Molecules. 2024 Sep 25;29(19):4554. doi: 10.3390/molecules29194554.
8
LC-ESI-QTOF-MS/MS characterization of phenolic compounds from Prosopis farcta (Banks & Sol.) J.F.Macbr. and their potential antioxidant activities.利用 LC-ESI-QTOF-MS/MS 技术对 Banks & Sol. 下的长芒苋(Prosopis farcta)的酚类化合物进行分析鉴定及其潜在抗氧化活性的研究。
Cell Mol Biol (Noisy-le-grand). 2021 Jan 31;67(1):189-200. doi: 10.14715/cmb/2021.67.1.28.
9
New Insights on Vahl: UPLC-ESI-QTOF-MS Profile, Antioxidant, Antimicrobial and Anticancer Activities.关于 Vahl 的新见解:UPLC-ESI-QTOF-MS 分析、抗氧化、抗菌和抗癌活性。

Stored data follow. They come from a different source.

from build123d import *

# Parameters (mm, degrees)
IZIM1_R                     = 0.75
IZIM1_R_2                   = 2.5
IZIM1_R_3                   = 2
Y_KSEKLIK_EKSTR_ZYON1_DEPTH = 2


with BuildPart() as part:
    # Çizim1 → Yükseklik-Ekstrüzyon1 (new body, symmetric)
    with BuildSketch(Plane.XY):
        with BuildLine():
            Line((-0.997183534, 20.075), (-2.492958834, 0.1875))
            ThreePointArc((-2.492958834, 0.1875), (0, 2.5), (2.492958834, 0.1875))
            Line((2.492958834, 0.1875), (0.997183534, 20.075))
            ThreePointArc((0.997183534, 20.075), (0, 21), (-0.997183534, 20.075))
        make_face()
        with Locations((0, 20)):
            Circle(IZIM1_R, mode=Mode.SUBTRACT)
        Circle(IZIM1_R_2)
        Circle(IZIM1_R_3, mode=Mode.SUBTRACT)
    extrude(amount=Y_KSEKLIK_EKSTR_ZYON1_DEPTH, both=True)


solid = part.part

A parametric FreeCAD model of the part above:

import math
import FreeCAD as App
import Part
import Sketcher
Q = App.Units.Quantity

doc = App.newDocument("Part")
params = doc.addObject("Spreadsheet::Sheet", "Params")
for row, (alias, value) in enumerate([
    ("sketch1_diameter", "4 mm"),
    ("sketch1_radius", "1 mm"),
    ("sketch1_diameter2", "1.5 mm"),
    ("sketch1_radius2", "2.5 mm"),
    ("pad1_length", "4 mm"),
], start=1):
    params.set(f"A{row}", alias)
    params.set(f"B{row}", "=" + value)
    params.setAlias(f"B{row}", alias)

body = doc.addObject("PartDesign::Body", "Body")

# Sketch on XY plane
sketch1 = doc.addObject("Sketcher::SketchObject", "Sketch")
body.addObject(sketch1)
sketch1.AttachmentSupport = (doc.XY_Plane, [""])
sketch1.MapMode = "FlatFace"
sketch1.addGeometry(Part.LineSegment(App.Vector(-1, 20.1, 0), App.Vector(-2.5, 0.2, 0)), False)
sketch1.addGeometry(Part.ArcOfCircle(Part.Circle(App.Vector(0, 0, 0), App.Vector(0, 0, 1), 2.5), math.radians(176), math.radians(364)), False)
sketch1.addGeometry(Part.LineSegment(App.Vector(2.5, 0.2, 0), App.Vector(1, 20.1, 0)), False)
sketch1.addGeometry(Part.ArcOfCircle(Part.Circle(App.Vector(0, 20, 0), App.Vector(0, 0, 1), 1), math.radians(4), math.radians(176)), False)
sketch1.addGeometry(Part.Circle(App.Vector(0, 0, 0), App.Vector(0, 0, 1), 2), False)
sketch1.addGeometry(Part.Circle(App.Vector(0, 20, 0), App.Vector(0, 0, 1), 0.8), False)
sketch1.addConstraint(Sketcher.Constraint("Tangent", 0, 2, 1, 1))
sketch1.addConstraint(Sketcher.Constraint("Tangent", 1, 2, 2, 1))
sketch1.addConstraint(Sketcher.Constraint("Tangent", 2, 2, 3, 1))
sketch1.addConstraint(Sketcher.Constraint("Tangent", 3, 2, 0, 1))
sketch1.addConstraint(Sketcher.Constraint("Coincident", 1, 3, -1, 1))
sketch1.addConstraint(Sketcher.Constraint("Coincident", 4, 3, -1, 1))
sketch1.addConstraint(Sketcher.Constraint("Coincident", 5, 3, 3, 3))
sketch1.addConstraint(Sketcher.Constraint("PointOnObject", 3, 3, -2))
sketch1.addConstraint(Sketcher.Constraint("Diameter", 4, Q("4 mm")))
sketch1.addConstraint(Sketcher.Constraint("Radius", 3, Q("1 mm")))
sketch1.addConstraint(Sketcher.Constraint("Diameter", 5, Q("1.5 mm")))
sketch1.addConstraint(Sketcher.Constraint("Radius", 1, Q("2.5 mm")))
sketch1.addConstraint(Sketcher.Constraint("DistanceY", -1, 1, 3, 3, Q("20 mm")))
sketch1.setExpression("Constraints[8]", "Params.sketch1_diameter")
sketch1.setExpression("Constraints[9]", "Params.sketch1_radius")
sketch1.setExpression("Constraints[10]", "Params.sketch1_diameter2")
sketch1.setExpression("Constraints[11]", "Params.sketch1_radius2")
pad1 = doc.addObject("PartDesign::Pad", "Pad")
body.addObject(pad1)
pad1.Profile = sketch1
pad1.setExpression("Length", "Params.pad1_length")
pad1.Midplane = True

doc.recompute()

Molecules. 2022 Mar 18;27(6):1981. doi: 10.3390/molecules27061981.
10
Comparative Investigation of Chemical Constituents of Kernels, Leaves, Husk, and Bark of L., Using HPLC-DAD-ESI-MS/MS Analysis and Evaluation of Their Antioxidant, Antidiabetic, and Anti-Inflammatory Activities.采用 HPLC-DAD-ESI-MS/MS 分析比较 L. 的核仁、叶片、外壳和树皮的化学成分,并评价其抗氧化、抗糖尿病和抗炎活性。

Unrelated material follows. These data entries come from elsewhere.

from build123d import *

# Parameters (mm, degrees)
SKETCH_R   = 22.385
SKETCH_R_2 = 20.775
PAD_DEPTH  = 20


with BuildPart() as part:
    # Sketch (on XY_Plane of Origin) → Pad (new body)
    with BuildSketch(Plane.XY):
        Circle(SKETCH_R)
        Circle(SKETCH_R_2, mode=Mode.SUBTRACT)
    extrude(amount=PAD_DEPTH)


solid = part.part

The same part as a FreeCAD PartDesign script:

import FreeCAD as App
import Part
import Sketcher

V = App.Vector
Q = App.Units.Quantity

doc = App.newDocument("Part")
params = doc.addObject("Spreadsheet::Sheet", "Params")
for row, (alias, value) in enumerate([
    ("sketch1_diameter", "44.77 mm"),
    ("sketch1_diameter2", "41.55 mm"),
    ("pad1_length", "20 mm"),
], start=1):
    params.set(f"A{row}", alias)
    params.set(f"B{row}", "=" + value)
    params.setAlias(f"B{row}", alias)

body = doc.addObject("PartDesign::Body", "Body")

sketch1 = doc.addObject("Sketcher::SketchObject", "Sketch")
body.addObject(sketch1)
sketch1.AttachmentSupport = (doc.XY_Plane, [""])
sketch1.MapMode = "FlatFace"
sketch1.addGeometry([
    Part.Circle(V(0, 0, 0), V(0, 0, 1), 22),
    Part.Circle(V(0, 0, 0), V(0, 0, 1), 21),
], False)
sketch1.addConstraint([
    Sketcher.Constraint("Coincident", 0, 3, -1, 1),
    Sketcher.Constraint("Coincident", 1, 3, -1, 1),
    Sketcher.Constraint("Diameter", 0, Q("44.77 mm")),
    Sketcher.Constraint("Diameter", 1, Q("41.55 mm")),
])
sketch1.setExpression("Constraints[2]", "Params.sketch1_diameter")
sketch1.setExpression("Constraints[3]", "Params.sketch1_diameter2")
pad1 = doc.addObject("PartDesign::Pad", "Pad")
body.addObject(pad1)
pad1.Profile = sketch1
pad1.setExpression("Length", "Params.pad1_length")

doc.recompute()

Molecules. 2022 Dec 16;27(24):8989. doi: 10.3390/molecules27248989.

本文引用的文献

1
Antioxidant potential and in vitro inhibition of starch digestion of flavonoids from .来自……的黄酮类化合物的抗氧化潜力及体外淀粉消化抑制作用 。 你提供的原文似乎不完整,“from”后面缺少具体内容。

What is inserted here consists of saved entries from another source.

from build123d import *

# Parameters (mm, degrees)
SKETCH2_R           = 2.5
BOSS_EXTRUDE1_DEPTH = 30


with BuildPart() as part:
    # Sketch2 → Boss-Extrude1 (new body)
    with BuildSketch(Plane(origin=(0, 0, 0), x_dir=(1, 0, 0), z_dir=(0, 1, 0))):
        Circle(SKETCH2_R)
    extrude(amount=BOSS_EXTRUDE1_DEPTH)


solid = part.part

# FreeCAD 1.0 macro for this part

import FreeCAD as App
import Part
import Sketcher

V = App.Vector
Q = App.Units.Quantity

doc = App.newDocument("Part")
body = doc.addObject("PartDesign::Body", "Body")

# Sketch on XZ plane
sketch1 = body.newObject("Sketcher::SketchObject", "Sketch")
sketch1.AttachmentSupport = (doc.getObject("XZ_Plane"), [""])
sketch1.MapMode = "FlatFace"
sketch1.addGeometry(Part.Circle(V(0, 0, 0), V(0, 0, 1), 2.5), False)
sketch1.addConstraint(Sketcher.Constraint("Coincident", 0, 3, -1, 1))
sketch1.addConstraint(Sketcher.Constraint("Diameter", 0, Q("5 mm")))
pad1 = body.newObject("PartDesign::Pad", "Pad")
pad1.Profile = sketch1
pad1.Length = 30
pad1.Reversed = True

doc.recompute()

Heliyon. 2022 Oct 13;8(10):e11058. doi: 10.1016/j.heliyon.2022.e11058. eCollection 2022 Oct.
2
A Review on Traditionally Used African Medicinal Plant , Its Phytochemistry, and Anticancer Potential.关于传统使用的非洲药用植物、其植物化学和抗癌潜力的综述。
Plants (Basel). 2022 Sep 2;11(17):2293. doi: 10.3390/plants11172293.
3
Potential of natural phenolic antioxidant compounds from (Meliathacea) for treatment of chronic diseases.
楝科植物中天然酚类抗氧化化合物用于治疗慢性疾病的潜力。
Saudi J Biol Sci. 2022 Jun;29(6):103273. doi: 10.1016/j.sjbs.2022.03.023. Epub 2022 Mar 23.
4
Potential Mechanisms of the Improvement of Glucose Homeostasis in Type 2 Diabetes by Pomegranate Juice.石榴汁改善2型糖尿病患者血糖稳态的潜在机制
Antioxidants (Basel). 2022 Mar 15;11(3):553. doi: 10.3390/antiox11030553.
5
In vitro α-glucosidase inhibitory activity of Tamarix nilotica shoot extracts and fractions.柽柳嫩枝提取物及其馏分的体外 α-葡萄糖苷酶抑制活性。
PLoS One. 2022 Mar 14;17(3):e0264969. doi: 10.1371/journal.pone.0264969. eCollection 2022.
6
Antidiabetic activity of avocado seeds (Persea americana Mill.) in diabetic rats via activation of PI3K/AKT signaling pathway.鳄梨籽(Persea americana Mill.)通过激活 PI3K/AKT 信号通路对糖尿病大鼠的降血糖活性。
Sci Rep. 2022 Feb 21;12(1):2919. doi: 10.1038/s41598-022-07015-8.
7
Botanical Interventions to Improve Glucose Control and Options for Diabetes Therapy.改善血糖控制的植物干预措施及糖尿病治疗选择
SN Compr Clin Med. 2021 Dec;3(12):2465-2491. doi: 10.1007/s42399-021-01034-8. Epub 2021 Aug 15.
8
HPLC-DAD phenolics analysis, α-glucosidase, α-amylase inhibitory, molecular docking and nutritional profiles of Persicaria hydropiper L.HPLC-DAD 酚类分析、α-葡萄糖苷酶、α-淀粉酶抑制、分子对接和水飞蓟宾 L. 的营养成分分析
BMC Complement Med Ther. 2022 Jan 27;22(1):26. doi: 10.1186/s12906-022-03510-7.
9
Phenolic content, antioxidant, cytotoxic and antiproliferative effects of fractions of (L.) verdc from Mpumalanga, South Africa.来自南非姆普马兰加省的(某种植物,此处原文未完整给出植物学名)提取物各组分的酚类含量、抗氧化、细胞毒性及抗增殖作用
Heliyon. 2021 Nov 14;7(11):e08397. doi: 10.1016/j.heliyon.2021.e08397. eCollection 2021 Nov.
10
Exploring four South African Croton species for potential anti-inflammatory properties: in vitro activity and toxicity risk assessment.探究南非四种醉茄属植物的抗炎特性:体外活性和毒性风险评估。
J Ethnopharmacol. 2022 Jan 10;282:114596. doi: 10.1016/j.jep.2021.114596. Epub 2021 Sep 4.